__Collected data entries__:
+++++
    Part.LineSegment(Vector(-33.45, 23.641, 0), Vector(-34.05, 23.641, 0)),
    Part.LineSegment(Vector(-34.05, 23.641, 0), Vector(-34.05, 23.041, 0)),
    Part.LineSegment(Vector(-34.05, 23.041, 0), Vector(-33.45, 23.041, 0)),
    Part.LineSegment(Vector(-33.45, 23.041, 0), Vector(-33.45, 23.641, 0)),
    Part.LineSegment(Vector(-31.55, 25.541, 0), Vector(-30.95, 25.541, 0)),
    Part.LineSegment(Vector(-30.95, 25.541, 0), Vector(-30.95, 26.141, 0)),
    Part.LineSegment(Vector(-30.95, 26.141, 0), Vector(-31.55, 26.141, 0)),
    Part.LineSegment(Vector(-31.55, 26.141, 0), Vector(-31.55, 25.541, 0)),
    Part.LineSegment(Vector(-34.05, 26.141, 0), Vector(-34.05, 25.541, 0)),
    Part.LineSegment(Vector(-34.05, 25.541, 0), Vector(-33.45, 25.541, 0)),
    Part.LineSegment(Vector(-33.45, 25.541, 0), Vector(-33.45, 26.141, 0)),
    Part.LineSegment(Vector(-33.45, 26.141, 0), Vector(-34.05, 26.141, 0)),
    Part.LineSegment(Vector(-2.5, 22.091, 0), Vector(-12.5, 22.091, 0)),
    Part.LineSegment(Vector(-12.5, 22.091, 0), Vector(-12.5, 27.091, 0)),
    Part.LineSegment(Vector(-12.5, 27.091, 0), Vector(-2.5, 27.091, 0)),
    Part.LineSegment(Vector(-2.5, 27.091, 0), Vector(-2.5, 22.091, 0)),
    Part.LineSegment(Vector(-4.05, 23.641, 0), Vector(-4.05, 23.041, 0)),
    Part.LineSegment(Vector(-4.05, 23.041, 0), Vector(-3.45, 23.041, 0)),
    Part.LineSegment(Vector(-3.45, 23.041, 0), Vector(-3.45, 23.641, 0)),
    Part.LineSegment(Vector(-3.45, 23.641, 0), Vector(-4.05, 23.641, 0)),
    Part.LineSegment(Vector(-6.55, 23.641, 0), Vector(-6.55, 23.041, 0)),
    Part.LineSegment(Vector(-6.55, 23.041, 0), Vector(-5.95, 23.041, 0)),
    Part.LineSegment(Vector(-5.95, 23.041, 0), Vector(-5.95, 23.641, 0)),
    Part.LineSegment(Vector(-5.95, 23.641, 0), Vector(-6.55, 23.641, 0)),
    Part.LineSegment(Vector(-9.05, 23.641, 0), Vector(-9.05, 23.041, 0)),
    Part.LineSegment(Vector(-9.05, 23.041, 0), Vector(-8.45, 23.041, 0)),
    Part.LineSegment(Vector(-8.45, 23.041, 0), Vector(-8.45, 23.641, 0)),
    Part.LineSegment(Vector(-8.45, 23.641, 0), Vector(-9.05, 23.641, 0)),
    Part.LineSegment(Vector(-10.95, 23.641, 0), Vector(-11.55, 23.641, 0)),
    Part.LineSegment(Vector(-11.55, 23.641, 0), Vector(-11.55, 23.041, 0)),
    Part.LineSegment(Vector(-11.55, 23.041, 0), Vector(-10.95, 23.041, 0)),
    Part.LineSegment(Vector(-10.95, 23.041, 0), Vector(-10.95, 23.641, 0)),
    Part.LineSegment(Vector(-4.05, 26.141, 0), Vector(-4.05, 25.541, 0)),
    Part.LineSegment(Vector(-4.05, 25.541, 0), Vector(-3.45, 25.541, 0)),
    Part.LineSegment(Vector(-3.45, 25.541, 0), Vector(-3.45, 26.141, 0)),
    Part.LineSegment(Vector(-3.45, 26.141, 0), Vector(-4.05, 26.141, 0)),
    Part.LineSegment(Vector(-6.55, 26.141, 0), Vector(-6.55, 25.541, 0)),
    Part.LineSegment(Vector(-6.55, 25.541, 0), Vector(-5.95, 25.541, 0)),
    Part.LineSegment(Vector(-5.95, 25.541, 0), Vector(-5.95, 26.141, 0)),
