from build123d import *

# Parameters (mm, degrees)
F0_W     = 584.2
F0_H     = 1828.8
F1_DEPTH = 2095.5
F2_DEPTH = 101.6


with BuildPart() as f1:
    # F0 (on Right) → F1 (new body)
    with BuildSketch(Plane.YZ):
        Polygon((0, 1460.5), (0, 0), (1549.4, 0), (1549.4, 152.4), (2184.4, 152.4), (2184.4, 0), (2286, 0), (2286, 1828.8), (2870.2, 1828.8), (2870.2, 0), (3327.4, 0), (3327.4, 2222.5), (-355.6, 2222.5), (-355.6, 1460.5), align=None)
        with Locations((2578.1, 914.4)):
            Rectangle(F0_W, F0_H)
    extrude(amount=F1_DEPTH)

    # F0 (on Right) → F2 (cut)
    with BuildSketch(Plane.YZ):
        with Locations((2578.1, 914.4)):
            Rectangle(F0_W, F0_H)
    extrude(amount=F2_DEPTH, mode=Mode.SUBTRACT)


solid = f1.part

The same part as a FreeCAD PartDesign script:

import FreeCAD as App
import Part
import Sketcher
from FreeCAD import Vector
Q = App.Units.Quantity

doc = App.newDocument("Part")
params = doc.addObject("Spreadsheet::Sheet", "Params")
for row, (alias, value) in enumerate([
    ("sketch1_width", "61 in"),
    ("sketch1_width2", "25 in"),
    ("sketch1_width3", "45 in"),
    ("sketch1_width4", "145 in"),
    ("sketch1_height", "6 in"),
    ("pad1_length", "82.5 in"),
    ("sketch2_width", "23 in"),
    ("sketch2_height", "72 in"),
    ("pocket1_length", "4 in"),
], start=1):
    params.set(f"A{row}", alias)
    params.set(f"B{row}", "=" + value)
    params.setAlias(f"B{row}", alias)

body = doc.addObject("PartDesign::Body", "Body")

# Sketch on YZ plane
sketch1 = body.newObject("Sketcher::SketchObject", "Sketch")
sketch1.AttachmentSupport = (doc.getObject("YZ_Plane"), [""])
sketch1.MapMode = "FlatFace"
sketch1.addGeometry(Part.LineSegment(Vector(0, 1460, 0), Vector(0, 0, 0)), False)
sketch1.addGeometry(Part.LineSegment(Vector(0, 0, 0), Vector(1549, 0, 0)), False)
sketch1.addGeometry(Part.LineSegment(Vector(1549, 0, 0), Vector(1549, 152, 0)), False)
sketch1.addGeometry(Part.LineSegment(Vector(1549, 152, 0), Vector(2184, 152, 0)), False)
sketch1.addGeometry(Part.LineSegment(Vector(2184, 152, 0), Vector(2184, 0, 0)), False)
sketch1.addGeometry(Part.LineSegment(Vector(2184, 0, 0), Vector(3327, 0, 0)), False)
sketch1.addGeometry(Part.LineSegment(Vector(3327, 0, 0), Vector(3327, 2222, 0)), False)
sketch1.addGeometry(Part.LineSegment(Vector(3327, 2222, 0), Vector(-356, 2222, 0)), False)
sketch1.addGeometry(Part.LineSegment(Vector(-356, 2222, 0), Vector(-356, 1460, 0)), False)
sketch1.addGeometry(Part.LineSegment(Vector(-356, 1460, 0), Vector(0, 1460, 0)), False)
sketch1.addConstraint(Sketcher.Constraint("Coincident", 0, 2, 1, 1))
sketch1.addConstraint(Sketcher.Constraint("Coincident", 1, 2, 2, 1))
sketch1.addConstraint(Sketcher.Constraint("Coincident", 2, 2, 3, 1))
sketch1.addConstraint(Sketcher.Constraint("Coincident", 3, 2, 4, 1))
sketch1.addConstraint(Sketcher.Constraint("Coincident", 4, 2, 5, 1))
sketch1.addConstraint(Sketcher.Constraint("Coincident", 5, 2, 6, 1))
sketch1.addConstraint(Sketcher.Constraint("Coincident", 6, 2, 7, 1))
sketch1.addConstraint(Sketcher.Constraint("Coincident", 7, 2, 8, 1))
sketch1.addConstraint(Sketcher.Constraint("Coincident", 8, 2, 9, 1))
sketch1.addConstraint(Sketcher.Constraint("Coincident", 9, 2, 0, 1))
sketch1.addConstraint(Sketcher.Constraint("Vertical", 0))
sketch1.addConstraint(Sketcher.Constraint("Horizontal", 1))
sketch1.addConstraint(Sketcher.Constraint("Vertical", 2))
sketch1.addConstraint(Sketcher.Constraint("Horizontal", 3))
sketch1.addConstraint(Sketcher.Constraint("Vertical", 4))
sketch1.addConstraint(Sketcher.Constraint("Horizontal", 5))
sketch1.addConstraint(Sketcher.Constraint("Vertical", 6))
sketch1.addConstraint(Sketcher.Constraint("Horizontal", 7))
sketch1.addConstraint(Sketcher.Constraint("Vertical", 8))
sketch1.addConstraint(Sketcher.Constraint("Horizontal", 9))
sketch1.addConstraint(Sketcher.Constraint("Coincident", 0, 2, -1, 1))
sketch1.addConstraint(Sketcher.Constraint("PointOnObject", 4, 2, -1))
sketch1.addConstraint(Sketcher.Constraint("DistanceX", 1, 1, 1, 2, Q("61 in")))
sketch1.addConstraint(Sketcher.Constraint("DistanceX", 3, 1, 3, 2, Q("25 in")))
sketch1.addConstraint(Sketcher.Constraint("DistanceX", 5, 1, 5, 2, Q("45 in")))
sketch1.addConstraint(Sketcher.Constraint("DistanceX", 7, 2, 7, 1, Q("145 in")))
sketch1.addConstraint(Sketcher.Constraint("DistanceY", 2, 1, 2, 2, Q("6 in")))
sketch1.addConstraint(Sketcher.Constraint("DistanceY", 8, 2, 8, 1, Q("30 in")))
sketch1.addConstraint(Sketcher.Constraint("DistanceY", 0, 2, 0, 1, Q("57.5 in")))
sketch1.setExpression("Constraints[22]", "Params.sketch1_width")
sketch1.setExpression("Constraints[23]", "Params.sketch1_width2")
sketch1.setExpression("Constraints[24]", "Params.sketch1_width3")
sketch1.setExpression("Constraints[25]", "Params.sketch1_width4")
sketch1.setExpression("Constraints[26]", "Params.sketch1_height")
pad1 = body.newObject("PartDesign::Pad", "Pad")
pad1.Profile = sketch1
pad1.setExpression("Length", "Params.pad1_length")

# Sketch on YZ plane
sketch2 = body.newObject("Sketcher::SketchObject", "Sketch001")
sketch2.AttachmentSupport = (doc.getObject("YZ_Plane"), [""])
sketch2.MapMode = "FlatFace"
sketch2.addGeometry(Part.LineSegment(Vector(2286, 1829, 0), Vector(2286, 0, 0)), False)
sketch2.addGeometry(Part.LineSegment(Vector(2286, 0, 0), Vector(2870, 0, 0)), False)
sketch2.addGeometry(Part.LineSegment(Vector(2870, 0, 0), Vector(2870, 1829, 0)), False)
sketch2.addGeometry(Part.LineSegment(Vector(2870, 1829, 0), Vector(2286, 1829, 0)), False)
sketch2.addConstraint(Sketcher.Constraint("Coincident", 0, 2, 1, 1))
sketch2.addConstraint(Sketcher.Constraint("Coincident", 1, 2, 2, 1))
sketch2.addConstraint(Sketcher.Constraint("Coincident", 2, 2, 3, 1))
sketch2.addConstraint(Sketcher.Constraint("Coincident", 3, 2, 0, 1))
sketch2.addConstraint(Sketcher.Constraint("Vertical", 0))
sketch2.addConstraint(Sketcher.Constraint("Horizontal", 1))
sketch2.addConstraint(Sketcher.Constraint("Vertical", 2))
sketch2.addConstraint(Sketcher.Constraint("Horizontal", 3))
sketch2.addConstraint(Sketcher.Constraint("PointOnObject", 0, 2, -1))
sketch2.addConstraint(Sketcher.Constraint("DistanceX", 1, 1, 1, 2, Q("23 in")))
sketch2.addConstraint(Sketcher.Constraint("DistanceY", 0, 2, 0, 1, Q("72 in")))
sketch2.addConstraint(Sketcher.Constraint("DistanceX", -1, 1, 0, 2, Q("90 in")))
sketch2.setExpression("Constraints[9]", "Params.sketch2_width")
sketch2.setExpression("Constraints[10]", "Params.sketch2_height")
pocket1 = body.newObject("PartDesign::Pocket", "Pocket")
pocket1.Profile = sketch2
pocket1.setExpression("Length", "Params.pocket1_length")
pocket1.Reversed = True

doc.recompute()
+++++
__Goal of the exercise__: Look above for the line that contains "with BuildPart() as". Starting there, transcribe every line exactly until you have copied the line that contains "The same part".

__Response for this exercise__:
with BuildPart() as f1:
    # F0 (on Right) → F1 (new body)
    with BuildSketch(Plane.YZ):
        Polygon((0, 1460.5), (0, 0), (1549.4, 0), (1549.4, 152.4), (2184.4, 152.4), (2184.4, 0), (2286, 0), (2286, 1828.8), (2870.2, 1828.8), (2870.2, 0), (3327.4, 0), (3327.4, 2222.5), (-355.6, 2222.5), (-355.6, 1460.5), align=None)
        with Locations((2578.1, 914.4)):
            Rectangle(F0_W, F0_H)
    extrude(amount=F1_DEPTH)

    # F0 (on Right) → F2 (cut)
    with BuildSketch(Plane.YZ):
        with Locations((2578.1, 914.4)):
            Rectangle(F0_W, F0_H)
    extrude(amount=F2_DEPTH, mode=Mode.SUBTRACT)


solid = f1.part

The same part as a FreeCAD PartDesign script:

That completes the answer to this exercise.